The pairwise distances calculated on all the 16S sequence pairs correlate with the pairwise distances calculated on both V3-V4 regions sequence pairs and V7-V9 sequence pairs; however, correlation by itself isn’t enough to affirm that just analyzing one of the hyper variable V regions found in the 16S gene may be enough differentiate bacteria species and strains, since I proved that the beta parameter in both the linear regression models I built is significantly different from 1, meaning that I can’t choose to just pick an hyper variable region as a proxy for the full 16S gene sequence without diving a little bit deeper.

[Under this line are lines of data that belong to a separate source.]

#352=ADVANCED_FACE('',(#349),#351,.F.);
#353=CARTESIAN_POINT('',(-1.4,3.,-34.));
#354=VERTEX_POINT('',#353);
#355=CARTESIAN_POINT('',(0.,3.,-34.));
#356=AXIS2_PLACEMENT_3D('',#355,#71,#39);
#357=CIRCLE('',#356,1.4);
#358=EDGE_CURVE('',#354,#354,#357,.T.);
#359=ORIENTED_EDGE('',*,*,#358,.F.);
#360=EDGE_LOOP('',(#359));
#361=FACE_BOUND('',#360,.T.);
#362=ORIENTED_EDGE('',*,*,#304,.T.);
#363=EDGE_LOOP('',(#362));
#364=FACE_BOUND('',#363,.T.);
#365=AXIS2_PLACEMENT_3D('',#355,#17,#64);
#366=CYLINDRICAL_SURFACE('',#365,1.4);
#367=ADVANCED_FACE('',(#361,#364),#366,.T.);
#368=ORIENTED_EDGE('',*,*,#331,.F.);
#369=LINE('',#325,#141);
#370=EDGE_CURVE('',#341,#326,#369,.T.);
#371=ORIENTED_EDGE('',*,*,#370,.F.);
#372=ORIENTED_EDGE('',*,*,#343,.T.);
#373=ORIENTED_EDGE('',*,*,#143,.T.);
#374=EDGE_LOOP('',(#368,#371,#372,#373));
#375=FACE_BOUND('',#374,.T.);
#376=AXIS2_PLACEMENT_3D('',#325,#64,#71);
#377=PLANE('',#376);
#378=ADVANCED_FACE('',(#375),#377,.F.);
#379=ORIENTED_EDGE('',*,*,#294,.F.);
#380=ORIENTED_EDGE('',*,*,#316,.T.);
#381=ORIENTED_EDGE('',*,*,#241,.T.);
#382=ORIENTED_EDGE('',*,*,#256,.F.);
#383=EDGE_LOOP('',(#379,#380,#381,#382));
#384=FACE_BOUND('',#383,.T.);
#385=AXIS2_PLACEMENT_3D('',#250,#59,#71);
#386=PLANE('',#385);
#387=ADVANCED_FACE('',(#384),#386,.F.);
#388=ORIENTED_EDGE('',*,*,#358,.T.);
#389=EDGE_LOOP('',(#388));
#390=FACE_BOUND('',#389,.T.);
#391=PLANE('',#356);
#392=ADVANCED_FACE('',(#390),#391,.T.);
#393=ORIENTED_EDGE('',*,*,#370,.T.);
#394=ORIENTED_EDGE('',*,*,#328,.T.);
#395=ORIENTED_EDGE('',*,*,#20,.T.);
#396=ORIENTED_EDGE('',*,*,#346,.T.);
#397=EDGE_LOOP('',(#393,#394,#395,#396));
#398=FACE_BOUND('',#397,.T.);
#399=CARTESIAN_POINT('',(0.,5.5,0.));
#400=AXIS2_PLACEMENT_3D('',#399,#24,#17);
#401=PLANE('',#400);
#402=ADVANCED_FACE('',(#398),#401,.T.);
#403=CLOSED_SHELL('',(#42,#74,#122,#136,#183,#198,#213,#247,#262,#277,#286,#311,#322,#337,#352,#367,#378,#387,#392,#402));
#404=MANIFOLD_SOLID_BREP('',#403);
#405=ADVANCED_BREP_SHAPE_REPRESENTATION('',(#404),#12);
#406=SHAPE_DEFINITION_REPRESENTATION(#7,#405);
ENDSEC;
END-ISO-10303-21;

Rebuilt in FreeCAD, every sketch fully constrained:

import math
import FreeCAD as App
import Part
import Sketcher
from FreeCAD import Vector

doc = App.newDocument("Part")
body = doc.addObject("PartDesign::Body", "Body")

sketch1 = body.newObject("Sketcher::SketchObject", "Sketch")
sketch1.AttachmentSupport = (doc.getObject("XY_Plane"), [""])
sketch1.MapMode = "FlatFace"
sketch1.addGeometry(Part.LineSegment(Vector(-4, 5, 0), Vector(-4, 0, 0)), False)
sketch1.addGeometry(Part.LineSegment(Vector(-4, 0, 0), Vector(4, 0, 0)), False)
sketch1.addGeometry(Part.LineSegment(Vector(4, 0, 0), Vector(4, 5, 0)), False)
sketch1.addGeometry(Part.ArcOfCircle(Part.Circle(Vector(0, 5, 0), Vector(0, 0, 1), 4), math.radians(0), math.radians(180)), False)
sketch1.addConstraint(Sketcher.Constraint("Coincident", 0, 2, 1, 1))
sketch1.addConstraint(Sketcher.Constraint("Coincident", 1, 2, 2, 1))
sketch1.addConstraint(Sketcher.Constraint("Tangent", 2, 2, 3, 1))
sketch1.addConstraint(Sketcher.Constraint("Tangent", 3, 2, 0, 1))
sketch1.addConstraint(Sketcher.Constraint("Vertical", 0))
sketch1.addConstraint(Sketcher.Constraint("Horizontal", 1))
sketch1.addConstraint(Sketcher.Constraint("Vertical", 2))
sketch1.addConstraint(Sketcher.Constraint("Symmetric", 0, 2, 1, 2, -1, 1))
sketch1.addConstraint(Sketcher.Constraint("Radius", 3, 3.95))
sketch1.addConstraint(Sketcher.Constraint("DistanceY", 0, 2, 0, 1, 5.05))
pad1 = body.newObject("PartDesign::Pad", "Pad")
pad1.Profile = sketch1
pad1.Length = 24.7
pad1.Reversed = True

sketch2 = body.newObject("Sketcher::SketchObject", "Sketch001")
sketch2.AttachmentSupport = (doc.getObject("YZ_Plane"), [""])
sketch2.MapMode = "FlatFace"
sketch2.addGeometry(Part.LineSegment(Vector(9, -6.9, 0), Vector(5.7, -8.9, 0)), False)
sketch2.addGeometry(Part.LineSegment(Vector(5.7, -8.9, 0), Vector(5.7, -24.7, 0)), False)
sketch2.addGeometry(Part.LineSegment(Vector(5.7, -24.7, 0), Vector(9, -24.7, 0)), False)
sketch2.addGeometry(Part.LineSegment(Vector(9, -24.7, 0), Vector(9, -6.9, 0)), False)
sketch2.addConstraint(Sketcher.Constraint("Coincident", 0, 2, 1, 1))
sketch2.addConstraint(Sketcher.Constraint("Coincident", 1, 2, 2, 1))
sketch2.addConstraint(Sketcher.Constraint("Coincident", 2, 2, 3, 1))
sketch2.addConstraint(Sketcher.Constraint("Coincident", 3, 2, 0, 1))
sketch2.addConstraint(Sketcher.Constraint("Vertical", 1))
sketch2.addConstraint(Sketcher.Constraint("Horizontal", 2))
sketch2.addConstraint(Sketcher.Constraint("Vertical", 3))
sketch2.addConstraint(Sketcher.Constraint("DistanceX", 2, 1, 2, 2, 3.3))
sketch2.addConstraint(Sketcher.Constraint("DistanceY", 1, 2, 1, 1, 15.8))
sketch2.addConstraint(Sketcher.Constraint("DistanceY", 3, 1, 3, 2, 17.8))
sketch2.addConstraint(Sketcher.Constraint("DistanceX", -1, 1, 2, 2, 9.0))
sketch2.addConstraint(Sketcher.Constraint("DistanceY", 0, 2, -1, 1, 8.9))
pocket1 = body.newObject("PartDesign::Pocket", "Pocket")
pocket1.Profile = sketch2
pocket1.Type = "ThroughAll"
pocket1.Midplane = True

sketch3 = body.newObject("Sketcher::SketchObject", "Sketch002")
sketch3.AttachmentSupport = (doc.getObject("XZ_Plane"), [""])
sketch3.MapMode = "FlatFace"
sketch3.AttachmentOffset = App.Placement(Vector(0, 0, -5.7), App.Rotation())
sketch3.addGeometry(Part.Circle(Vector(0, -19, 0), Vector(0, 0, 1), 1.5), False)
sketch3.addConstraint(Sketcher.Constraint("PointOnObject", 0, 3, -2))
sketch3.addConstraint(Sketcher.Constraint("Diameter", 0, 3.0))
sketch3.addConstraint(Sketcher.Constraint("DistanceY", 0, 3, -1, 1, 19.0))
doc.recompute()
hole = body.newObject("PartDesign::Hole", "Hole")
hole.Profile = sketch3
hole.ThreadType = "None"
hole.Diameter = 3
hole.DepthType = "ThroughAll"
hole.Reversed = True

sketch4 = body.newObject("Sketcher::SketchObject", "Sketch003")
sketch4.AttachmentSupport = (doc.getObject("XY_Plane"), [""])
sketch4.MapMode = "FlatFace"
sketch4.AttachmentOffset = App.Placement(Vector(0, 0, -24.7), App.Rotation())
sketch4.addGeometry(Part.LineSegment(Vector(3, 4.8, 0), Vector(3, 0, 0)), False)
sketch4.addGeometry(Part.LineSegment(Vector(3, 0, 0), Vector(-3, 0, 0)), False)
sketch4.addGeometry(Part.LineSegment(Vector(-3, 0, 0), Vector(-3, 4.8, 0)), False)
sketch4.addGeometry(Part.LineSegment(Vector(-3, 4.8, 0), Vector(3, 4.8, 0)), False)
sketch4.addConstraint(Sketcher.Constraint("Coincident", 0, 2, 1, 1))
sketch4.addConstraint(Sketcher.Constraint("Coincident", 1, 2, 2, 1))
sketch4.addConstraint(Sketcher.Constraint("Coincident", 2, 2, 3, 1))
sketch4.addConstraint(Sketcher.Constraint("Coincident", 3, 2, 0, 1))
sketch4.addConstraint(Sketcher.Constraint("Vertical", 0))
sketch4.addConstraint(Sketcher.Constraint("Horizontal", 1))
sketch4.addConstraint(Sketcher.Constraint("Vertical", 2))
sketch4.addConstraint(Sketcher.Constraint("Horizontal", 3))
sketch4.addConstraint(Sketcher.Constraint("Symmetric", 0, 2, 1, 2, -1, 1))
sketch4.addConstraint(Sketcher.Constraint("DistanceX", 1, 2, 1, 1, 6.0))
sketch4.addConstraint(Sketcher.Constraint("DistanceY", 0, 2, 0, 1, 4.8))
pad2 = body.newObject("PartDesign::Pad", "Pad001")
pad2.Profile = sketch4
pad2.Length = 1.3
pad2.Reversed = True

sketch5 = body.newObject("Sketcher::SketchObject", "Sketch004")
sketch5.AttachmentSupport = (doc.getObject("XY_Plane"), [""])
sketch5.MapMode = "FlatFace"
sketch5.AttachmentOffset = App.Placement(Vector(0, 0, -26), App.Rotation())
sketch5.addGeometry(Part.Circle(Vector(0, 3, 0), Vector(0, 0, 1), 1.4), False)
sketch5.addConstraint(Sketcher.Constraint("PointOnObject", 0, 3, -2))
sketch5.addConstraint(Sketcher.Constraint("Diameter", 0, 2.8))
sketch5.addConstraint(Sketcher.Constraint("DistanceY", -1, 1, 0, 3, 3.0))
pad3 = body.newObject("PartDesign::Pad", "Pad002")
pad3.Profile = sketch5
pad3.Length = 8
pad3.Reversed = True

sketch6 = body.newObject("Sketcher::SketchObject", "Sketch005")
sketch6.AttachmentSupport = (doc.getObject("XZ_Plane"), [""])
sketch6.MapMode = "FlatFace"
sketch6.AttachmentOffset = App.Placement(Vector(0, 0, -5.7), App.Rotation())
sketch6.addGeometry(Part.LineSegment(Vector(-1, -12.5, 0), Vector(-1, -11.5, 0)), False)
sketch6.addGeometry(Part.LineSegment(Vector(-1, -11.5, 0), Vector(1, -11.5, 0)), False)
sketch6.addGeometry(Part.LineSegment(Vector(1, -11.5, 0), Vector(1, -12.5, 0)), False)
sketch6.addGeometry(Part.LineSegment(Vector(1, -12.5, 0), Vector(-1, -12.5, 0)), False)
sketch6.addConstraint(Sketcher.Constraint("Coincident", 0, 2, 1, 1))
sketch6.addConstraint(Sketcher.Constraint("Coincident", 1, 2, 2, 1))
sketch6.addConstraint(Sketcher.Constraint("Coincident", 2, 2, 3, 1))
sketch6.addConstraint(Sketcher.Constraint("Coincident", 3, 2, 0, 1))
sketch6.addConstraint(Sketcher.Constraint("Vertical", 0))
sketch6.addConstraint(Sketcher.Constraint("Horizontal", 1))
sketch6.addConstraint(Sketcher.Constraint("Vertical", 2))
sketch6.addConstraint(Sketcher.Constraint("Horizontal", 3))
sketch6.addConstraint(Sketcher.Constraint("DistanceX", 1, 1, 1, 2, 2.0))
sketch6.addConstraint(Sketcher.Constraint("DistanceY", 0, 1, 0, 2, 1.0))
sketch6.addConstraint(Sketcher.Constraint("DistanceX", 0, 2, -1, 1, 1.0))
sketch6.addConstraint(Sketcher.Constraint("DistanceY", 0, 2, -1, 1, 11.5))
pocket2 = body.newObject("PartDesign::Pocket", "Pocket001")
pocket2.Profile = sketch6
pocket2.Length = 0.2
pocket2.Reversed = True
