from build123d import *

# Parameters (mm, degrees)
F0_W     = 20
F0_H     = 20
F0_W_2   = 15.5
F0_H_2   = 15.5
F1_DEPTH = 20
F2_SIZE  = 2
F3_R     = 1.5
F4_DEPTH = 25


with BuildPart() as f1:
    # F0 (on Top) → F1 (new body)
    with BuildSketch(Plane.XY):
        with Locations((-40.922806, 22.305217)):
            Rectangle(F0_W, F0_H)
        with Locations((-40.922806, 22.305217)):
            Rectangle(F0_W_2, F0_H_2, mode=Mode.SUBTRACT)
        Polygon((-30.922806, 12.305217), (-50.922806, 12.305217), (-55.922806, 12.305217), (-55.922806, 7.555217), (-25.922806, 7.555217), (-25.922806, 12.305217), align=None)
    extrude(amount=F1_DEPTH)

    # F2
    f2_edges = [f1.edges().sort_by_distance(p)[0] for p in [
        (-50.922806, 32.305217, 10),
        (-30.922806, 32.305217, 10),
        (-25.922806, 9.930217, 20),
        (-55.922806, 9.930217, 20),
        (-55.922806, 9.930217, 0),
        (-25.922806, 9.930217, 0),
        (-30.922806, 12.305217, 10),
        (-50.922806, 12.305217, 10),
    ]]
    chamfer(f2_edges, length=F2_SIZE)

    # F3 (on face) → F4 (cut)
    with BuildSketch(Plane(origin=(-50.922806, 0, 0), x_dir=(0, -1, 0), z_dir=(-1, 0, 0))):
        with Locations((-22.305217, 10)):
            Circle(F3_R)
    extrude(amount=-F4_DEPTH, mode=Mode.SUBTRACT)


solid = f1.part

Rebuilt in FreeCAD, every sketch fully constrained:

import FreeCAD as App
import Part
import Sketcher


def edges_at(feature, points):
    """Names of the edges that pass closest to the given points."""
    edges = feature.Shape.Edges
    near = lambda p: min(range(len(edges)), key=lambda i: edges[i].distToShape(Part.Vertex(*p))[0])
    return sorted({f"Edge{near(p) + 1}" for p in points})

doc = App.newDocument("Part")
params = doc.addObject("Spreadsheet::Sheet", "Params")
for row, (alias, value) in enumerate([
    ("sketch1_width", "5 mm"),
    ("sketch1_width2", "30 mm"),
    ("sketch1_width3", "15.5 mm"),
    ("sketch1_height", "4.75 mm"),
    ("pad1_length", "20 mm"),
    ("chamfer_size", "2 mm"),
    ("sketch2_diameter", "3 mm"),
    ("pocket1_length", "25 mm"),
], start=1):
    params.set(f"A{row}", alias)
    params.set(f"B{row}", "=" + value)
    params.setAlias(f"B{row}", alias)

body = doc.addObject("PartDesign::Body", "Body")

# Sketch on XY plane
sketch1 = body.newObject("Sketcher::SketchObject", "Sketch")
sketch1.AttachmentSupport = (doc.getObject("XY_Plane"), [""])
sketch1.MapMode = "FlatFace"
sketch1.addGeometry([
    Part.LineSegment(App.Vector(-50.9, 32.3, 0), App.Vector(-50.9, 12.3, 0)),  # 0
    Part.LineSegment(App.Vector(-50.9, 12.3, 0), App.Vector(-55.9, 12.3, 0)),  # 1
    Part.LineSegment(App.Vector(-55.9, 12.3, 0), App.Vector(-55.9, 7.6, 0)),  # 2
    Part.LineSegment(App.Vector(-55.9, 7.6, 0), App.Vector(-25.9, 7.6, 0)),  # 3
    Part.LineSegment(App.Vector(-25.9, 7.6, 0), App.Vector(-25.9, 12.3, 0)),  # 4
    Part.LineSegment(App.Vector(-25.9, 12.3, 0), App.Vector(-30.9, 12.3, 0)),  # 5
    Part.LineSegment(App.Vector(-30.9, 12.3, 0), App.Vector(-30.9, 32.3, 0)),  # 6
    Part.LineSegment(App.Vector(-30.9, 32.3, 0), App.Vector(-50.9, 32.3, 0)),  # 7
    Part.LineSegment(App.Vector(-33.2, 14.6, 0), App.Vector(-48.7, 14.6, 0)),  # 8
    Part.LineSegment(App.Vector(-48.7, 14.6, 0), App.Vector(-48.7, 30.1, 0)),  # 9
    Part.LineSegment(App.Vector(-48.7, 30.1, 0), App.Vector(-33.2, 30.1, 0)),  # 10
    Part.LineSegment(App.Vector(-33.2, 30.1, 0), App.Vector(-33.2, 14.6, 0)),  # 11
], False)
sketch1.addConstraint([
    Sketcher.Constraint("Coincident", 0, 2, 1, 1),
    Sketcher.Constraint("Coincident", 1, 2, 2, 1),
    Sketcher.Constraint("Coincident", 2, 2, 3, 1),
    Sketcher.Constraint("Coincident", 3, 2, 4, 1),
    Sketcher.Constraint("Coincident", 4, 2, 5, 1),
    Sketcher.Constraint("Coincident", 5, 2, 6, 1),
    Sketcher.Constraint("Coincident", 6, 2, 7, 1),
    Sketcher.Constraint("Coincident", 7, 2, 0, 1),
    Sketcher.Constraint("Coincident", 8, 2, 9, 1),
    Sketcher.Constraint("Coincident", 9, 2, 10, 1),
    Sketcher.Constraint("Coincident", 10, 2, 11, 1),
    Sketcher.Constraint("Coincident", 11, 2, 8, 1),
    Sketcher.Constraint("Vertical", 0),
    Sketcher.Constraint("Horizontal", 1),
    Sketcher.Constraint("Vertical", 2),
    Sketcher.Constraint("Horizontal", 3),
    Sketcher.Constraint("Vertical", 4),
    Sketcher.Constraint("Horizontal", 5),
    Sketcher.Constraint("Vertical", 6),
    Sketcher.Constraint("Horizontal", 7),
    Sketcher.Constraint("Horizontal", 8),
    Sketcher.Constraint("Vertical", 9),
    Sketcher.Constraint("Horizontal", 10),
    Sketcher.Constraint("Vertical", 11),
    Sketcher.Constraint("Horizontal", 1, 2, 4, 2),
    Sketcher.Constraint("Equal", 1, 5),
    Sketcher.Constraint("Equal", 7, 0),
    Sketcher.Constraint("Equal", 10, 9),
    Sketcher.Constraint("DistanceX", 1, 2, 1, 1, 5.0),
    Sketcher.Constraint("DistanceX", 3, 1, 3, 2, 30.0),
    Sketcher.Constraint("DistanceX", 8, 2, 8, 1, 15.5),
    Sketcher.Constraint("DistanceY", 2, 2, 8, 2, 7.0),
    Sketcher.Constraint("DistanceY", 2, 2, 2, 1, 4.75),
    Sketcher.Constraint("DistanceX", 0, 2, 8, 2, 2.25),
    Sketcher.Constraint("DistanceX", 0, 2, -1, 1, 50.922806),
    Sketcher.Constraint("DistanceY", -1, 1, 0, 2, 12.305217),
])
sketch1.setExpression("Constraints[28]", "Params.sketch1_width")
sketch1.setExpression("Constraints[29]", "Params.sketch1_width2")
sketch1.setExpression("Constraints[30]", "Params.sketch1_width3")
sketch1.setExpression("Constraints[32]", "Params.sketch1_height")
pad1 = body.newObject("PartDesign::Pad", "Pad")
pad1.Profile = sketch1
pad1.setExpression("Length", "Params.pad1_length")
doc.recompute()

chamfer = body.newObject("PartDesign::Chamfer", "Chamfer")
chamfer.Base = (pad1, edges_at(pad1, [
    (-50.923, 32.305, 10),
    (-30.923, 32.305, 10),
    (-25.923, 9.93, 20),
    (-55.923, 9.93, 20),
    (-55.923, 9.93, 0),
    (-25.923, 9.93, 0),
    (-30.923, 12.305, 10),
    (-50.923, 12.305, 10),
]))
chamfer.setExpression("Size", "Params.chamfer_size")

# Sketch on YZ plane
sketch2 = body.newObject("Sketcher::SketchObject", "Sketch001")
sketch2.AttachmentSupport = (doc.getObject("YZ_Plane"), [""])
sketch2.MapMode = "FlatFace"
sketch2.AttachmentOffset = App.Placement(App.Vector(0, 0, -50.922806), App.Rotation())
sketch2.addGeometry(Part.Circle(App.Vector(22.3, 10, 0), App.Vector(0, 0, 1), 1.5), False)
sketch2.addConstraint([
    Sketcher.Constraint("Diameter", 0, 3.0),
    Sketcher.Constraint("DistanceY", -1, 1, 0, 3, 10.0),
    Sketcher.Constraint("DistanceX", -1, 1, 0, 3, 22.305217),
])
sketch2.setExpression("Constraints[0]", "Params.sketch2_diameter")
pocket1 = body.newObject("PartDesign::Pocket", "Pocket")
pocket1.Profile = sketch2
pocket1.setExpression("Length", "Params.pocket1_length")
pocket1.Reversed = True

doc.recompute()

In order to decide if it would be possible to use just the hyper variable sequences in place of the full 16S gene sequences to perform bacterial taxonomy, a preliminary step must be first performed. In this analysis I showed how to calculate a percentage value that I used as the parameter to decide if it was better, depending on the hyper variable region analyzed each time, to use the hyper variable region sequences or the full length ones. I suggest to calculate the percentage value for both the full length sequences and the sequences of the hyper variable regions of choice and to compare them:

• in the cases where the value is higher when calculated on the hyper variable sequences (like in the V3-V4 sequences case), I would use the hyper variable regions as a proxy for bacterial taxonomy. In a case such as this one we’d get the benefit of doing the taxonomy analysis on just a portion of the entire 16S gene, thus greatly cutting computational time and costs.
• in the cases where the value is higher when calculated on the full length sequences I’d suggest it would be best to either fix a new threshold or, like in the analyzed V7-V9 case, to just use the full length sequences.